Recently, I learned another method to filter mailing list messages, using Gmail’s ‘plus addressing’ feature. This is how it works:
Assuming that your Gmail address is supermario@gmail.com, and you have joined a Nintendo group. You can generate another e-mail address, say supermario+Nintendo@gmail.com, and give it to the group you join. Now you can set up filter to automatically archive or label the messages addressed to supermario+Nintendo.
But seriously, mailing list is sooooooo 2005. Today groups and organizations can provide updates to their members through Internet forums, blogs, Facebook and Twitter. Perhaps the only time when e-mail is still necessary is for sending attachments other than pictures and video clips.

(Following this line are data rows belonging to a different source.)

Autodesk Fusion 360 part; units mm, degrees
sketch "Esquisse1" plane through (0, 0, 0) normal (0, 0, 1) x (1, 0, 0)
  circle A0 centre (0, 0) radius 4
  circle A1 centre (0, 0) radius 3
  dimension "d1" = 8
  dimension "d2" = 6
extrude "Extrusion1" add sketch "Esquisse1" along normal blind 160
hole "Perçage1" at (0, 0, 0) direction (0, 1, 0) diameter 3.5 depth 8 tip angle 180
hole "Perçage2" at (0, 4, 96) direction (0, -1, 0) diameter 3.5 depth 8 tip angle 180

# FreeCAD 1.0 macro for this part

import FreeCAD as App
import Part
import Sketcher
from FreeCAD import Vector

doc = App.newDocument("Part")
body = doc.addObject("PartDesign::Body", "Body")

# Sketch on XY plane
sketch1 = body.newObject("Sketcher::SketchObject", "Sketch")
sketch1.AttachmentSupport = (doc.getObject("XY_Plane"), [""])
sketch1.MapMode = "FlatFace"
sketch1.addGeometry([
    Part.Circle(Vector(0, 0, 0), Vector(0, 0, 1), 4),
    Part.Circle(Vector(0, 0, 0), Vector(0, 0, 1), 3),
], False)
sketch1.addConstraint([
    Sketcher.Constraint("Coincident", 0, 3, -1, 1),
    Sketcher.Constraint("Coincident", 1, 3, -1, 1),
    Sketcher.Constraint("Diameter", 0, 8.0),
    Sketcher.Constraint("Diameter", 1, 6.0),
])
pad1 = body.newObject("PartDesign::Pad", "Pad")
pad1.Profile = sketch1
pad1.Length = 160

# Sketch on XZ plane
sketch2 = body.newObject("Sketcher::SketchObject", "Sketch001")
sketch2.AttachmentSupport = (doc.getObject("XZ_Plane"), [""])
sketch2.MapMode = "FlatFace"
sketch2.addGeometry(Part.Circle(Vector(0, 0, 0), Vector(0, 0, 1), 1.8), False)
sketch2.addConstraint([
    Sketcher.Constraint("Coincident", 0, 3, -1, 1),
    Sketcher.Constraint("Diameter", 0, 3.5),
])
doc.recompute()
hole = body.newObject("PartDesign::Hole", "Hole")
hole.Profile = sketch2
hole.ThreadType = "None"
hole.Diameter = 3.5
hole.DepthType = "Dimension"
hole.Depth = 8
hole.DrillPoint = "Flat"

# Sketch on XZ plane
sketch3 = body.newObject("Sketcher::SketchObject", "Sketch002")
sketch3.AttachmentSupport = (doc.getObject("XZ_Plane"), [""])
sketch3.MapMode = "FlatFace"
sketch3.AttachmentOffset = App.Placement(Vector(0, 0, -4), App.Rotation())
sketch3.addGeometry(Part.Circle(Vector(0, 96, 0), Vector(0, 0, 1), 1.8), False)
sketch3.addConstraint([
    Sketcher.Constraint("PointOnObject", 0, 3, -2),
    Sketcher.Constraint("Diameter", 0, 3.5),
    Sketcher.Constraint("DistanceY", -1, 1, 0, 3, 96.0),
])
doc.recompute()
hole2 = body.newObject("PartDesign::Hole", "Hole001")
hole2.Profile = sketch3
hole2.ThreadType = "None"
hole2.Diameter = 3.5
hole2.DepthType = "Dimension"
hole2.Depth = 8
hole2.DrillPoint = "Flat"
hole2.Reversed = True

doc.recompute()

Updating through social networking sites has some added advantages. First, the messages in forums and blogs can be easily searched using Google or tags. Second, rather than passive recipients of information, the members can drop comments and participate in discussion. (The second point is also true for Facebook.) Last but not least, every time an e-mail is forwarded, its format changes, e.g. character ‘>’ is inserted to the beginning of each line. There is no such problem with ‘new media’.
Mailing list is still required, much as we still surf Net with PC in the age of smart phone. However, I would like to see its role shrinking.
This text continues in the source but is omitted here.